Urban Land Use Classification of High-Resolution Aerial Imagery Using RemoteCLIP: A Case Study of Sofia

Spasov Angel, Hristov Emil, Shirinyan Evgeny, Petrova-Antonova Dessislava

Abstract:

  Advancements in vision-language foundation models have enabled new applications in remote sensing, particularly for land use and land cover (LULC) classification. This study examines the applicability of the Vision Language Foundation Model for Remote Sensing (RemoteCLIP), a fine-tuned multi-modal model, for retrieving semantic information from high-resolution aerial imagery of Sofia, Bulgaria—a dataset not included in the model’s training data.

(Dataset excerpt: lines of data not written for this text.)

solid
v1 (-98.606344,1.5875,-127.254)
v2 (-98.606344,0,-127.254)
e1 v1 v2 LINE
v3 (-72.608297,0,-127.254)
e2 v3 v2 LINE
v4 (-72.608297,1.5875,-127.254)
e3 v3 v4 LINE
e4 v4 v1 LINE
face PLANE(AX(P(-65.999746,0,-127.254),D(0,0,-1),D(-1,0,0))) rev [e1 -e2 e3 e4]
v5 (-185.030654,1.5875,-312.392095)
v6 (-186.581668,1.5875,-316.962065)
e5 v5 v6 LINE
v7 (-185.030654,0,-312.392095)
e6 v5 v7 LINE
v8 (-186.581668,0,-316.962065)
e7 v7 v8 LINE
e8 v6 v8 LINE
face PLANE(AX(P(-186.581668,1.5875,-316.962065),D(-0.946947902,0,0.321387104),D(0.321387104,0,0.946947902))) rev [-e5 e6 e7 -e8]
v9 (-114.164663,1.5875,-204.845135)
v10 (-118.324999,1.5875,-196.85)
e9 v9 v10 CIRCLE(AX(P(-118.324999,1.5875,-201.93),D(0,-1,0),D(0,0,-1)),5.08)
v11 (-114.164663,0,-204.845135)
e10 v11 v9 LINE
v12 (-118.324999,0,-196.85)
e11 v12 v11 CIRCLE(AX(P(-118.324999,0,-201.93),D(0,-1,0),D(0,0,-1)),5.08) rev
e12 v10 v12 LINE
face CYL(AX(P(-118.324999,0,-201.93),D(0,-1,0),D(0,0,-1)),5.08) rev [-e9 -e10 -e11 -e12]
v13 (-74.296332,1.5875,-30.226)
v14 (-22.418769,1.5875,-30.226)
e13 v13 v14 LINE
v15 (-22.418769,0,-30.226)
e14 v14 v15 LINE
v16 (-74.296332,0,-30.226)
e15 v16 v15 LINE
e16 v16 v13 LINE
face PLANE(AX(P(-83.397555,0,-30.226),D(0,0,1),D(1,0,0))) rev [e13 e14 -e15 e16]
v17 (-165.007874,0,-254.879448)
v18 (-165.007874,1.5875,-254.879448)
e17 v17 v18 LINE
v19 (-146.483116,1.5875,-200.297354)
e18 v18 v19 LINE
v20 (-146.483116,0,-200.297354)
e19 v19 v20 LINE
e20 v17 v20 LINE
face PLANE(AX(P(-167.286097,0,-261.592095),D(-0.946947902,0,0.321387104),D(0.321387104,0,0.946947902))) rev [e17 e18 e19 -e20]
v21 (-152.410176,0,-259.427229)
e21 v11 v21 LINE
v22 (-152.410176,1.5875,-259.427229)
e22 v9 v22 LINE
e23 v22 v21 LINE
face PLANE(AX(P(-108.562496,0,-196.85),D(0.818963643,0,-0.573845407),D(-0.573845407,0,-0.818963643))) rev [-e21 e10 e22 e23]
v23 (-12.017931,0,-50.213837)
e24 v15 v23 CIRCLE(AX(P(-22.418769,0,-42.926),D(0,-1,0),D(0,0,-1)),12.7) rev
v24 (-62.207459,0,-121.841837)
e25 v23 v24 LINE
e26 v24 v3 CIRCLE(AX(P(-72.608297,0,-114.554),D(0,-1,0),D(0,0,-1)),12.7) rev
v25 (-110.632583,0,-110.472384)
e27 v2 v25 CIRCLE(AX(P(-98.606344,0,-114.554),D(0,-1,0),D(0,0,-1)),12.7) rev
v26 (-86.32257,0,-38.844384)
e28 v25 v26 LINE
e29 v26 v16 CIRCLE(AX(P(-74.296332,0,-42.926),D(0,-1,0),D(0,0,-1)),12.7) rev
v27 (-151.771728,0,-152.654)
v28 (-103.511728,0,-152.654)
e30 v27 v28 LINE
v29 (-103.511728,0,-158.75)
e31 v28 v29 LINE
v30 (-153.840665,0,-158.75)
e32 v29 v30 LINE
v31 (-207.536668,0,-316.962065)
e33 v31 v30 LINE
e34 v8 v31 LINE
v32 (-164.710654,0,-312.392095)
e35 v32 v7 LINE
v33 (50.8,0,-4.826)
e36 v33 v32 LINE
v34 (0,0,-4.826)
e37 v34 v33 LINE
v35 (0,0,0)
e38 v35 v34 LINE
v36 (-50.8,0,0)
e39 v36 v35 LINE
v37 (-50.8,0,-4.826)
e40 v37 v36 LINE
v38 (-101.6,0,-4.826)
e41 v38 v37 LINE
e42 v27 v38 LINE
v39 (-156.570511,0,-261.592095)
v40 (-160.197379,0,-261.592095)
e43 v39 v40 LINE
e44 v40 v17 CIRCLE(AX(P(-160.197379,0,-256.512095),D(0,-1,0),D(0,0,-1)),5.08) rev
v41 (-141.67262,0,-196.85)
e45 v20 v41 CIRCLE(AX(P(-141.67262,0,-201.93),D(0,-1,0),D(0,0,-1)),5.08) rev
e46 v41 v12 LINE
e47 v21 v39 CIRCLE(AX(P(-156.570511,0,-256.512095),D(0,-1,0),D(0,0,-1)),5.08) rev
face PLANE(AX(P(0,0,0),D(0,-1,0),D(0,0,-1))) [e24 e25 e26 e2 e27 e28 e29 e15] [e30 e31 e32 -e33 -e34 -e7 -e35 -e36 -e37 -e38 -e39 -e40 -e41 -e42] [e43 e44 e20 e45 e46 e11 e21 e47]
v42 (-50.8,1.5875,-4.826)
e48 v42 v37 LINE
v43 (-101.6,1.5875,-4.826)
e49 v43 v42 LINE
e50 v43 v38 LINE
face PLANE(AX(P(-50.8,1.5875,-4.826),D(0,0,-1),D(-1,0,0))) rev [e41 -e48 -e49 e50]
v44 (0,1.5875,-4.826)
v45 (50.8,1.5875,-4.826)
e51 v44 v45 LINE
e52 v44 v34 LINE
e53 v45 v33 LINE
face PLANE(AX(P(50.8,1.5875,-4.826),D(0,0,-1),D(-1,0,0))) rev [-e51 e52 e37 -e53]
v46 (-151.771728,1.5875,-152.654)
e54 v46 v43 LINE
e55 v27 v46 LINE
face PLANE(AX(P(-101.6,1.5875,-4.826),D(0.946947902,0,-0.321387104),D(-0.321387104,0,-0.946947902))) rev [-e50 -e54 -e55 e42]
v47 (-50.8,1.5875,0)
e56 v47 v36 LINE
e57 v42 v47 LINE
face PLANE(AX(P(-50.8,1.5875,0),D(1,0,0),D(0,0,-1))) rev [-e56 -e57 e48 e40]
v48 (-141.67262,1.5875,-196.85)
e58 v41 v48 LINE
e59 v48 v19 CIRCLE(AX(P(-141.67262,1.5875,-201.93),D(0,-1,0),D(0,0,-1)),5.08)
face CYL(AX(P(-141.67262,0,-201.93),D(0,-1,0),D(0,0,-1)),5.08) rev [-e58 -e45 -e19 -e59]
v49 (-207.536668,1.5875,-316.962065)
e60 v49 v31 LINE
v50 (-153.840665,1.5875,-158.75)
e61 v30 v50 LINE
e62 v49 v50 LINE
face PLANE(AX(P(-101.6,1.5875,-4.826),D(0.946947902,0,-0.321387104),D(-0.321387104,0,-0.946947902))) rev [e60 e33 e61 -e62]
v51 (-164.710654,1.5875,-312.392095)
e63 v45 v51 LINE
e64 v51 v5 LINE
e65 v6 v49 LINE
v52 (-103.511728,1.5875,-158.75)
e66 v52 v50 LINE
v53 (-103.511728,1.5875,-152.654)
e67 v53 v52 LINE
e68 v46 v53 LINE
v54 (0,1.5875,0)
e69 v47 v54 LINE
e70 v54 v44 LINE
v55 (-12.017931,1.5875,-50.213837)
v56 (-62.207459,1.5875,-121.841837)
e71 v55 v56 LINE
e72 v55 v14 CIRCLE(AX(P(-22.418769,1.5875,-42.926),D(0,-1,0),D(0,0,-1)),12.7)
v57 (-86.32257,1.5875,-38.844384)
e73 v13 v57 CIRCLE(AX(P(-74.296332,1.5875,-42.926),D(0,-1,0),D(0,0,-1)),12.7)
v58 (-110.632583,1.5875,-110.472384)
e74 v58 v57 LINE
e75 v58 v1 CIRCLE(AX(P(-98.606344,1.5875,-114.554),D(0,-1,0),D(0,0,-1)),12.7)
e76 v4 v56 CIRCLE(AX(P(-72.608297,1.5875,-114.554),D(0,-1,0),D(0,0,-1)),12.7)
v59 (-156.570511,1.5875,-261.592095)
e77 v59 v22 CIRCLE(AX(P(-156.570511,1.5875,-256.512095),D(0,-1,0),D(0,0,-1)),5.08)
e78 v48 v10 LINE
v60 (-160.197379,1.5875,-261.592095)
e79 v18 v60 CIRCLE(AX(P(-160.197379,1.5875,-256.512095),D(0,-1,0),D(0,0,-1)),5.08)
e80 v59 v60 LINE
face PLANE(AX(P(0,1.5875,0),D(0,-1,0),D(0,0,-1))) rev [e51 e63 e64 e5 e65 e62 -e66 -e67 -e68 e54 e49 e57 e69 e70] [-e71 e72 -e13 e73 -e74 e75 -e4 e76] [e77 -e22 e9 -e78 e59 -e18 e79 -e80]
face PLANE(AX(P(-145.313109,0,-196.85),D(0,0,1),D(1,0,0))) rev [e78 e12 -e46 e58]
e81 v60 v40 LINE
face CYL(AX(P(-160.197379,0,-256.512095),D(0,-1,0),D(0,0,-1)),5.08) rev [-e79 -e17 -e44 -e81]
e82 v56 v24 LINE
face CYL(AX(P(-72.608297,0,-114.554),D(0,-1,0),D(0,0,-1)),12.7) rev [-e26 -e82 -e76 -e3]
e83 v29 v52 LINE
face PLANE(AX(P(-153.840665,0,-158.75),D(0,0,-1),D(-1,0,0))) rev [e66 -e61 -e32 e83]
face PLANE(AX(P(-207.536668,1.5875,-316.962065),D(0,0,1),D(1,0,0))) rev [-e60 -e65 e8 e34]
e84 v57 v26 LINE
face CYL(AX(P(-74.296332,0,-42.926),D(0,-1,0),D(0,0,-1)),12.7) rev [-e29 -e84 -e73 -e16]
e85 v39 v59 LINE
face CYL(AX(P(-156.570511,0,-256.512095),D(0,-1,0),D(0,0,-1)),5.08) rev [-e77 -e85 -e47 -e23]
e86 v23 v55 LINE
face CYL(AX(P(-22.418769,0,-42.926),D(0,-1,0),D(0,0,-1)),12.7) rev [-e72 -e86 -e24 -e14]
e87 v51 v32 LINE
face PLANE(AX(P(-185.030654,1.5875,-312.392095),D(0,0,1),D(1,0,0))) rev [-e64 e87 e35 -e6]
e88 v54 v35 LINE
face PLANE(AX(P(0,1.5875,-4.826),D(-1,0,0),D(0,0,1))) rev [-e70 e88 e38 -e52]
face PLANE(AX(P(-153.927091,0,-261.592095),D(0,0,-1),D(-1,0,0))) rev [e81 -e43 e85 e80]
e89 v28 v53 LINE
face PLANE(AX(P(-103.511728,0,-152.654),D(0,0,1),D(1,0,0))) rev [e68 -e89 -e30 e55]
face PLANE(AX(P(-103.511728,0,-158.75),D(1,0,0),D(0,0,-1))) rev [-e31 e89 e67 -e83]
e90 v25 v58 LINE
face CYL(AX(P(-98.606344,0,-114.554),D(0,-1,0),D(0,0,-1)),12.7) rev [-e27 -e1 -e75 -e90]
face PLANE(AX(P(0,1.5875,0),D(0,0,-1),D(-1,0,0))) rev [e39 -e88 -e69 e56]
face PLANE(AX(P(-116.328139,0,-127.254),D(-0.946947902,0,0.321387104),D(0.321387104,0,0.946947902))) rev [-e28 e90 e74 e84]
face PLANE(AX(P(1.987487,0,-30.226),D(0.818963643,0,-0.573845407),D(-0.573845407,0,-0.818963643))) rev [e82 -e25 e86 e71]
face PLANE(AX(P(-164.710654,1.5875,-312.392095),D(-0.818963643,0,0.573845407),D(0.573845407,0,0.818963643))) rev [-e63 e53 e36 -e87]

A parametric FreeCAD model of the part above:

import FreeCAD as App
import Part
import Sketcher
from FreeCAD import Vector
Q = App.Units.Quantity


def edges_at(feature, points):
    """Names of the edges that pass closest to the given points."""
    edges = feature.Shape.Edges
    near = lambda p: min(range(len(edges)), key=lambda i: edges[i].distToShape(Part.Vertex(*p))[0])
    return sorted({f"Edge{near(p) + 1}" for p in points})

doc = App.newDocument("Part")
params = doc.addObject("Spreadsheet::Sheet", "Params")
for row, (alias, value) in enumerate([
    ("sketch1_width", "2 in"),
    ("sketch1_width2", "0.8 in"),
    ("sketch1_height", "0.19 in"),
    ("sketch1_length", "0.19 in"),
    ("sketch1_width3", "0.825 in"),
    ("pad1_length", "0.0625 in"),
    ("sketch2_width", "1.9 in"),
    ("sketch2_height", "0.24 in"),
    ("fillet_radius", "0.5 in"),
    ("fillet2_radius", "0.2 in"),
], start=1):
    params.set(f"A{row}", alias)
    params.set(f"B{row}", "=" + value)
    params.setAlias(f"B{row}", alias)

body = doc.addObject("PartDesign::Body", "Body")

# Sketch on XZ plane
sketch1 = doc.addObject("Sketcher::SketchObject", "Sketch")
body.addObject(sketch1)
sketch1.AttachmentSupport = (doc.XZ_Plane, [""])
sketch1.MapMode = "FlatFace"
sketch1.addGeometry([
    Part.LineSegment(Vector(-186.6, -317, 0), Vector(-207.5, -317, 0)),  # 0
    Part.LineSegment(Vector(-207.5, -317, 0), Vector(-101.6, -4.8, 0)),  # 1
    Part.LineSegment(Vector(-101.6, -4.8, 0), Vector(-50.8, -4.8, 0)),  # 2
    Part.LineSegment(Vector(-50.8, -4.8, 0), Vector(-50.8, 0, 0)),  # 3
    Part.LineSegment(Vector(-50.8, 0, 0), Vector(0, 0, 0)),  # 4
    Part.LineSegment(Vector(0, 0, 0), Vector(0, -4.8, 0)),  # 5
    Part.LineSegment(Vector(0, -4.8, 0), Vector(50.8, -4.8, 0)),  # 6
    Part.LineSegment(Vector(50.8, -4.8, 0), Vector(-164.7, -312.4, 0)),  # 7
    Part.LineSegment(Vector(-164.7, -312.4, 0), Vector(-185, -312.4, 0)),  # 8
    Part.LineSegment(Vector(-185, -312.4, 0), Vector(-186.6, -317, 0)),  # 9
], False)
sketch1.addConstraint([
    Sketcher.Constraint("Coincident", 0, 2, 1, 1),
    Sketcher.Constraint("Coincident", 1, 2, 2, 1),
    Sketcher.Constraint("Coincident", 2, 2, 3, 1),
    Sketcher.Constraint("Coincident", 3, 2, 4, 1),
    Sketcher.Constraint("Coincident", 4, 2, 5, 1),
    Sketcher.Constraint("Coincident", 5, 2, 6, 1),
    Sketcher.Constraint("Coincident", 6, 2, 7, 1),
    Sketcher.Constraint("Coincident", 7, 2, 8, 1),
    Sketcher.Constraint("Coincident", 8, 2, 9, 1),
    Sketcher.Constraint("Coincident", 9, 2, 0, 1),
    Sketcher.Constraint("Horizontal", 0),
    Sketcher.Constraint("Horizontal", 2),
    Sketcher.Constraint("Vertical", 3),
    Sketcher.Constraint("Horizontal", 4),
    Sketcher.Constraint("Vertical", 5),
    Sketcher.Constraint("Horizontal", 6),
    Sketcher.Constraint("Horizontal", 8),
    Sketcher.Constraint("Coincident", 4, 2, -1, 1),
    Sketcher.Constraint("Symmetric", 2, 2, 6, 2, -2),
    Sketcher.Constraint("Parallel", 1, 9),
    Sketcher.Constraint("Equal", 2, 4),
    Sketcher.Constraint("DistanceX", 2, 1, 2, 2, Q("2 in")),
    Sketcher.Constraint("DistanceX", 8, 2, 8, 1, Q("0.8 in")),
    Sketcher.Constraint("DistanceY", 3, 1, 3, 2, Q("0.19 in")),
    Sketcher.Constraint("Distance", 9, Q("0.19 in")),
    Sketcher.Constraint("DistanceX", 0, 2, 0, 1, Q("0.825 in")),
    Sketcher.Constraint("Distance", 1, Q("329.623271 mm")),
    Sketcher.Constraint("Distance", 7, Q("375.555248 mm")),
])
sketch1.setExpression("Constraints[21]", "Params.sketch1_width")
sketch1.setExpression("Constraints[22]", "Params.sketch1_width2")
sketch1.setExpression("Constraints[23]", "Params.sketch1_height")
sketch1.setExpression("Constraints[24]", "Params.sketch1_length")
sketch1.setExpression("Constraints[25]", "Params.sketch1_width3")
pad1 = doc.addObject("PartDesign::Pad", "Pad")
body.addObject(pad1)
pad1.Profile = sketch1
pad1.setExpression("Length", "Params.pad1_length")
pad1.Reversed = True

# Sketch on XZ plane
sketch2 = doc.addObject("Sketcher::SketchObject", "Sketch001")
body.addObject(sketch2)
sketch2.AttachmentSupport = (doc.XZ_Plane, [""])
sketch2.MapMode = "FlatFace"
sketch2.AttachmentOffset = App.Placement(Vector(0, 0, -0.0625 * 25.4), App.Rotation())
sketch2.addGeometry([
    Part.LineSegment(Vector(-104, -153, 0), Vector(-104, -159, 0)),
    Part.LineSegment(Vector(-104, -159, 0), Vector(-154, -159, 0)),
    Part.LineSegment(Vector(-154, -159, 0), Vector(-152, -153, 0)),
    Part.LineSegment(Vector(-152, -153, 0), Vector(-104, -153, 0)),
], False)
sketch2.addConstraint([
    Sketcher.Constraint("Coincident", 0, 2, 1, 1),
    Sketcher.Constraint("Coincident", 1, 2, 2, 1),
    Sketcher.Constraint("Coincident", 2, 2, 3, 1),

The study evaluates RemoteCLIP’s zero-shot classification, semantic clustering, and text-based image retrieval performance, highlighting both its strengths and limitations. Findings suggest that RemoteCLIP effectively clusters semantically similar images, surpassing the general Contrastive Lan-guage-Image Pre-Training (CLIP) model in distinguishing urban features. However, classification accuracy is influenced by spatial resolution and the choice of descriptive labels. A comparative analysis with CLIP demonstrates that RemoteCLIP groups images based on content rather than image resolution. Classification performance is evaluated at multiple resolutions (15 cm–3 m per pixel), revealing that higher resolutions capture finer details, while lower resolutions provide better generalization for land use mapping. A QGIS-based visualization pipeline integrates classification results into a geospatial format for further analysis. The study concludes that RemoteCLIP can serve as a valuable tool for automated land use analysis, urban planning, and point-of-interest detection, particularly in regions lacking detailed vector datasets. Challenges such as computational requirements and classification biases are discussed, along with recommendations for improving prompt selection and spatial reasoning in future models.  

*** Title, author list and abstract as submitted during Camera-Ready version delivery. Small changes that may have occurred during processing by Springer may not appear in this window.